Residents urged to plant indigenous trees along riparian land

Nandi Hills

Friday March 22, 2022

KNA by Ruth Mainye

An environmental lobby group based in Nandi in collaboration with Kenya Forest Service has called on residents to plant indigenous trees along riparian land to enhance environmental conservation.

The Community Based Organisation (CBO) dubbed Kiptapkei seeks to restore indigenous forests which is the habitat to wild animals to ensure no species is extinguished and contribute to environmental conservation as well as tackle the issue of climate change.

Speaking during the International Day of Forests in Nandi County, the County executive committee member for lands, housing, physical planning, environment, water, natural resources and climate change Philemon Bureti noted that trees have numerous benefits to human beings ranging from purifying air, clean water, medicinal herbs, soil conservation and beautifying the environment among others.

Bureti called on those who have eucalyptus trees at the river banks to start eliminating them warning that the County government will soon start cutting them to give space for conservatory trees that are riparian friendly.

He commended the efforts of Kiptapkei and the Kenya Forest Service for organizing the international forest day in Nandi County a platform they utilized to sensitize locals on the importance of indigenous trees as well as measures of environmental conservation.

“I want to call on all people to be ambassadors of environmental conservation.
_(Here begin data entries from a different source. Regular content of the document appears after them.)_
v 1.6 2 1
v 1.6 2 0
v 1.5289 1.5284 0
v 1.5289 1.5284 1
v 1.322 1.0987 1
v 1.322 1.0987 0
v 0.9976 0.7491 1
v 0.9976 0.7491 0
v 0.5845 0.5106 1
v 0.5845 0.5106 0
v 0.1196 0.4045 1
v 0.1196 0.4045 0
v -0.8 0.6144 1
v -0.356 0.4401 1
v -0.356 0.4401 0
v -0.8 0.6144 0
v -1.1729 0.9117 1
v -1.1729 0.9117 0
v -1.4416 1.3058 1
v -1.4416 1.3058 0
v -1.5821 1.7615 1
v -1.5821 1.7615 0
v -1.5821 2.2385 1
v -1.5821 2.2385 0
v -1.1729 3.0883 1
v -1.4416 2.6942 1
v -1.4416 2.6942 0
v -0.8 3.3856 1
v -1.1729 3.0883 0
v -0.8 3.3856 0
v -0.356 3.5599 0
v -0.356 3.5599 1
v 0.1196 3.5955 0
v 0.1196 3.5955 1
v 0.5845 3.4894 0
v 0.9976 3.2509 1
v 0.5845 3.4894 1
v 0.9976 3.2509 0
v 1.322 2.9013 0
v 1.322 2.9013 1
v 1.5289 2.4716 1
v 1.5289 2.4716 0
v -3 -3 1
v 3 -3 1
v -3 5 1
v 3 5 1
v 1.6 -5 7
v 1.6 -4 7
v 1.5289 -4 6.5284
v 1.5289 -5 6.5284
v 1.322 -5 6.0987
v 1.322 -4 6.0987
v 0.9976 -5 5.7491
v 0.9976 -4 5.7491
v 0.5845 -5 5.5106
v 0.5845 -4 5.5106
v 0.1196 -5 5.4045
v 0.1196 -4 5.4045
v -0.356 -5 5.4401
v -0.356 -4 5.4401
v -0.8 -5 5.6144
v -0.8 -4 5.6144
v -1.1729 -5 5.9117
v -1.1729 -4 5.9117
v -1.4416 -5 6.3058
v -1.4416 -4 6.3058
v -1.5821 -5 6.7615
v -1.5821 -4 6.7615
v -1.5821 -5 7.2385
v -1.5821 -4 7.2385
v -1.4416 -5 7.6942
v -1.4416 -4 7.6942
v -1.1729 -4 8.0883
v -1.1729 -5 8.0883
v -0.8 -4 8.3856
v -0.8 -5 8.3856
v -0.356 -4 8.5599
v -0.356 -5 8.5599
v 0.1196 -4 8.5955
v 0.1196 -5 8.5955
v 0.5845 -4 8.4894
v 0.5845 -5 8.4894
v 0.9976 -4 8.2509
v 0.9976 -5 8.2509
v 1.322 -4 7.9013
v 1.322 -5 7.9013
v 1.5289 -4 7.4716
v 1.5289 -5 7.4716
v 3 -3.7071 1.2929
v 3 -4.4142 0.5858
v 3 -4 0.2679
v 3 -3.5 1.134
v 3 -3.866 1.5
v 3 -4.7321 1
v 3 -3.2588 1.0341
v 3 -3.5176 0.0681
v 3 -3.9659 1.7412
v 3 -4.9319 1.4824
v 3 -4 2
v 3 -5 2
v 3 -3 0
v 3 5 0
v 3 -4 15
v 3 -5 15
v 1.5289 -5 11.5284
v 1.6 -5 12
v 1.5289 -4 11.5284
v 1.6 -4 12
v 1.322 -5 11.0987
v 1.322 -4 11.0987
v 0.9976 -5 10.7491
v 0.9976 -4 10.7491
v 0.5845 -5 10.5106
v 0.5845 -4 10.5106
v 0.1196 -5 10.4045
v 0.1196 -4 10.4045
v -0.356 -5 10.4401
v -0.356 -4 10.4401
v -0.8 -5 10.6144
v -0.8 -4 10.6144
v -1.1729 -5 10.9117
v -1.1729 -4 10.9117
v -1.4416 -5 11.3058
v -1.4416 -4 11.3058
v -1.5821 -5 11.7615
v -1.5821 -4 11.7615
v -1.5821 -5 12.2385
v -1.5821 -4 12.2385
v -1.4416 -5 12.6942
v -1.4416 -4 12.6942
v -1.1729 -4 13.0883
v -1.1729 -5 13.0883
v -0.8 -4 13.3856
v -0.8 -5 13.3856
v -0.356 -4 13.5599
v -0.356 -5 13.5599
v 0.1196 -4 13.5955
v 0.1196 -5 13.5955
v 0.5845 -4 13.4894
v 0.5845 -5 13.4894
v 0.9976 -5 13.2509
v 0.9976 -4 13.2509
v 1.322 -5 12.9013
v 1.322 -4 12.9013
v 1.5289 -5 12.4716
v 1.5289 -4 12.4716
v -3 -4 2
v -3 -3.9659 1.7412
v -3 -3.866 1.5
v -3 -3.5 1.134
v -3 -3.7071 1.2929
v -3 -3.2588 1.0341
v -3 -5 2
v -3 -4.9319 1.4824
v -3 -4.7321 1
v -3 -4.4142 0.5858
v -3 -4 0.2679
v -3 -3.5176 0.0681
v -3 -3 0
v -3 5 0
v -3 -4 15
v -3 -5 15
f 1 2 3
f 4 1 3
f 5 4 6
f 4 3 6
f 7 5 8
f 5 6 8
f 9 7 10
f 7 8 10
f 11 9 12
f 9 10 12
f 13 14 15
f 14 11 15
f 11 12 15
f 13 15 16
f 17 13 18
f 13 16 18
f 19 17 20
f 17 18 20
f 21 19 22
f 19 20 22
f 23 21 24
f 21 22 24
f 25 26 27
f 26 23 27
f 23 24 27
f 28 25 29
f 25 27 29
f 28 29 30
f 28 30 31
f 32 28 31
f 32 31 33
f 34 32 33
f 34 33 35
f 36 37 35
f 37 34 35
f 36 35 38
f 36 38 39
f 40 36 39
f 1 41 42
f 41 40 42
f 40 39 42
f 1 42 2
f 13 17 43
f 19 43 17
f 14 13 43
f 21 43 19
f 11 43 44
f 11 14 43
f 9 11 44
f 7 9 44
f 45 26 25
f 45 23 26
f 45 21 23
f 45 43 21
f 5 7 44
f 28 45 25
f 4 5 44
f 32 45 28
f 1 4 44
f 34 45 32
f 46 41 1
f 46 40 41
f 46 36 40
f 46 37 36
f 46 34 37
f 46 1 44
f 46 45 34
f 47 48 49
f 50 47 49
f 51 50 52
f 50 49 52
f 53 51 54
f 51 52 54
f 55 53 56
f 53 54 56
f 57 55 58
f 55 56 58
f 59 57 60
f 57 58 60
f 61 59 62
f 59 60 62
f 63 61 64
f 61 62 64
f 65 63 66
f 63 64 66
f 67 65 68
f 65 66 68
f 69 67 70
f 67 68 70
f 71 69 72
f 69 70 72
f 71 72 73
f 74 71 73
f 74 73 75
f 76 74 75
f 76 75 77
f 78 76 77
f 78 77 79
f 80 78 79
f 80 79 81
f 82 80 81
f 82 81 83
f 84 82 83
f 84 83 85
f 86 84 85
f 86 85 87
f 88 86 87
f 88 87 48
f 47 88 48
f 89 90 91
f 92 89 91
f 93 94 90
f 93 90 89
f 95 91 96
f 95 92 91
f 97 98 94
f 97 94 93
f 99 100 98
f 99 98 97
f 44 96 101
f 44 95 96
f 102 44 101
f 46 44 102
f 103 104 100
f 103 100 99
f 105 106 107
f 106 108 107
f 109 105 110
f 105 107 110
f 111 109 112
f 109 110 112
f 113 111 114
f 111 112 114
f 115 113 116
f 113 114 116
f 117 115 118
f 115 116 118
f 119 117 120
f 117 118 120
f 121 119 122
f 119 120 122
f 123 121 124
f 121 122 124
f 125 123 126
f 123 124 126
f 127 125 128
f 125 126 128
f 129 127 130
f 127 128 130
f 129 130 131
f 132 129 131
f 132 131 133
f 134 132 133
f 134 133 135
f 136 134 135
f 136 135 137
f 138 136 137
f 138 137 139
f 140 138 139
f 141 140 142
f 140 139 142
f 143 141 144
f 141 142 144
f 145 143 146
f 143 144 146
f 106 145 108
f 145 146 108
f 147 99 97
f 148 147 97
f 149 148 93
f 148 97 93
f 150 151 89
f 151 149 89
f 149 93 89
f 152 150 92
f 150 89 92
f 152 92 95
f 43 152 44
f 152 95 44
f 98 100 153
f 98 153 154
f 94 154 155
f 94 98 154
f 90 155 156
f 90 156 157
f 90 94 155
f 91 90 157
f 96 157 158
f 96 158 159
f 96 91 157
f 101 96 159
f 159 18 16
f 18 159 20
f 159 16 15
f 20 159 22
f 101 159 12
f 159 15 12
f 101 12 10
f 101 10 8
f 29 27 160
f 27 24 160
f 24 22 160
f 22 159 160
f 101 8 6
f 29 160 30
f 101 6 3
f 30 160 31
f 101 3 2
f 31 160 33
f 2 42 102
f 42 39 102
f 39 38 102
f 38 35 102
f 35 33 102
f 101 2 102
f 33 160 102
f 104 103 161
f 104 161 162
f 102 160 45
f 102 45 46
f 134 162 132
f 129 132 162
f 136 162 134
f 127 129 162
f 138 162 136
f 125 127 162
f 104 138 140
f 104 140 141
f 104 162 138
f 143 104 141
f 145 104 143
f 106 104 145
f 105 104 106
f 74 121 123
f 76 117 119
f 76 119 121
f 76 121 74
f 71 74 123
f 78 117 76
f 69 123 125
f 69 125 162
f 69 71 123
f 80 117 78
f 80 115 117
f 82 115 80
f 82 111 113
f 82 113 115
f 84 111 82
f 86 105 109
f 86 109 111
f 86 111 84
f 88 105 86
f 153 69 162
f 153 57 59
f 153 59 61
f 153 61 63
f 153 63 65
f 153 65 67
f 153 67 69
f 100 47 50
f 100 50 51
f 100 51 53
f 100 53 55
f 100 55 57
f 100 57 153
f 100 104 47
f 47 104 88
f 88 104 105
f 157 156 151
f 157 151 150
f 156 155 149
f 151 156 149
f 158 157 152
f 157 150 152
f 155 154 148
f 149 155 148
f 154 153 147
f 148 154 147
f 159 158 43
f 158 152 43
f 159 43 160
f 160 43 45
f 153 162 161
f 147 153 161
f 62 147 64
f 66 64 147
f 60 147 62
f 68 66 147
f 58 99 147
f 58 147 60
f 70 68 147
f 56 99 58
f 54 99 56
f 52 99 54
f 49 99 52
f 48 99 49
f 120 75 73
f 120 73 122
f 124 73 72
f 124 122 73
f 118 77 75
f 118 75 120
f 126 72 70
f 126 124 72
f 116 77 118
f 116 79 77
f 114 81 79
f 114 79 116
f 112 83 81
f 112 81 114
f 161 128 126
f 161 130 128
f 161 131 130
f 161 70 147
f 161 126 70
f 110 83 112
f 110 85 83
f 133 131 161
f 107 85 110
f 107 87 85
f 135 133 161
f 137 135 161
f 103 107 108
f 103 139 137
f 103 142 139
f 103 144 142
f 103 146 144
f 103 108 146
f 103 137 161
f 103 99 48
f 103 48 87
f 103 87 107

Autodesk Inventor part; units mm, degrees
ref_plane "YZ Plane" through (0, 0, 0) normal (1, 0, 0) x (0, 1, 0)
ref_plane "XZ Plane" through (0, 0, 0) normal (0, 1, 0) x (-1, 0, 0)
ref_plane "XY Plane" through (0, 0, 0) normal (0, 0, 1) x (1, 0, 0)
sketch "Sketch1" plane through (0, 0, 0) normal (0, 0, 1) x (1, 0, 0)
  line L0 (-3, 5) -> (3, 5)
  line L1 (3, 5) -> (3, -5)
  line L2 (3, -5) -> (-3, -5)
  line L3 (-3, -5) -> (-3, 5)
  line L4 (-3, 5) -> (3, -5) construction
  line L5 (3, 5) -> (-3, -5) construction
  circle A0 centre (0, 2) radius 1.6
  point P0 (0, 0)
  dimension "d0" = 10
  dimension "d1" = 6
  dimension "d3" = 3.2
  dimension "d4" = 3
extrude "Plate1" add sketch "Sketch1" along normal blind 1
sketch "Sketch2" plane through (3, -4, 0) normal (0, -1, 0) x (1, 0, 0)
  line L0 (-6, 0) -> (0, 0)
  line L1 (0, 0) -> (0, 15)
  line L2 (0, 15) -> (-6, 15)
  line L3 (-6, 15) -> (-6, 0)
edge flange "Flange1" height 15 angle 90 thickness 1 bend radius 1 thickness toward (0, -1, 0) relief tear relief width 1 relief depth 0.5 edges at (0, -5, 1) wall of the first edge with corners at (-3, -4, 0) (3, -4, 0) (3, -4, 15) (-3, -4, 15)
bend "Bend1"
corner "Corner1"
sketch "Sketch3" plane through (-3, -4, 15) normal (0, 1, 0) x (1, 0, 0)
  circle A0 centre (3, 3) radius 1.6
  circle A1 centre (3, 8) radius 1.6
  line L0 (0, 0) -> (6, 0) projected
  point P0 (3, 15)
  point P1 (3, 0)
  dimension "d15" = 3.2
  dimension "d16" = 3.2
  dimension "d17" = 5
  dimension "d18" = 3
extrude "Cut1" cut sketch "Sketch3" against normal blind 1
equation "\"d19\" = 厚度"
equation "\"d2\" = 厚度"
equation "\"d5\" = 折彎離隙寬度"
equation "\"d6\" = 折彎離隙深度"
equation "\"d7\" = 最小剩餘"
equation "\"d8\" = 轉移半徑"
equation "\"d11\" = 折彎半徑"
equation "\"d12\" = 轉角離隙大小"
equation "\"d13\" = 間隙大小"
equation "\"d14\" = Jacobi半徑大小"
equation "\"折彎半徑\" = 厚度"
equation "\"折彎離隙寬度\" = 厚度"
equation "\"折彎離隙深度\" = 0.5 * 厚度"
equation "\"轉角離隙大小\" = 4 * 厚度"
equation "\"最小剩餘\" = 2 * 厚度"
equation "\"轉移半徑\" = 折彎半徑"
equation "\"Jacobi半徑大小\" = 折彎半徑"
equation "\"間隙大小\" = 厚度"
equation "\"厚度\" = 1"
properties part number "connector2_cooler"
Thanks to Kiptapkei Community organisation and the Kenya Forest service for being at the Frontline,” pointed Bureti.

Kiptabkei patron Joel Malakwen who is also the Founder of the CBO reiterated that its mission is to conserve and restore riparian and wet lands which translates to improved livelihood of people living next to such ecosystems.

Malakwen noted that a collective action on environmental conservation will have a lasting impact on the health and resilience of the ecosystem urging the locals to utilize the opportunity to make a positive difference as well as leave a legacy on the environment for future generations.

The patron said that apart from planting trees Koptabkei plays a great role in ensuring all the trees they grow are taken well of to ensure they grow to maturity noting that planting a tree without naturing it to maturity is a waste of time and resources.

“Together we are demonstrating our unwavering dedication to environmental stewardship and sustainability. As a group we propagate tree seedlings then transplant them to the designated areas and nature them to ensure they grow and survive,” he explained.

“Today we planted 5400 trees and we have assigned people to water them until the rains start. We have planted 70, 000 trees in a period of three months. We aim at planting 30 million trees in the next five years,” he said.

Nandi County Forest conservator Dennis Kerengo noted that the County tree cover is still low adding that to achieve 30 per cent tree cover residents should embark on tree planting on their lands.

Kerengo also noted that indigenous trees have numerous advantages and due to their conservatory benefit should be planted at the river banks as per the Kenya’s environmental regulations.

“As population increase, we need to come up with innovations and technologies that contributes to environmental conservation which is key in safeguarding our healthy,” said Kerengo.

He further advised resident and environmental groups to include fruit trees to ensure wild animals get enough food and therefore avoid invading agricultural firms.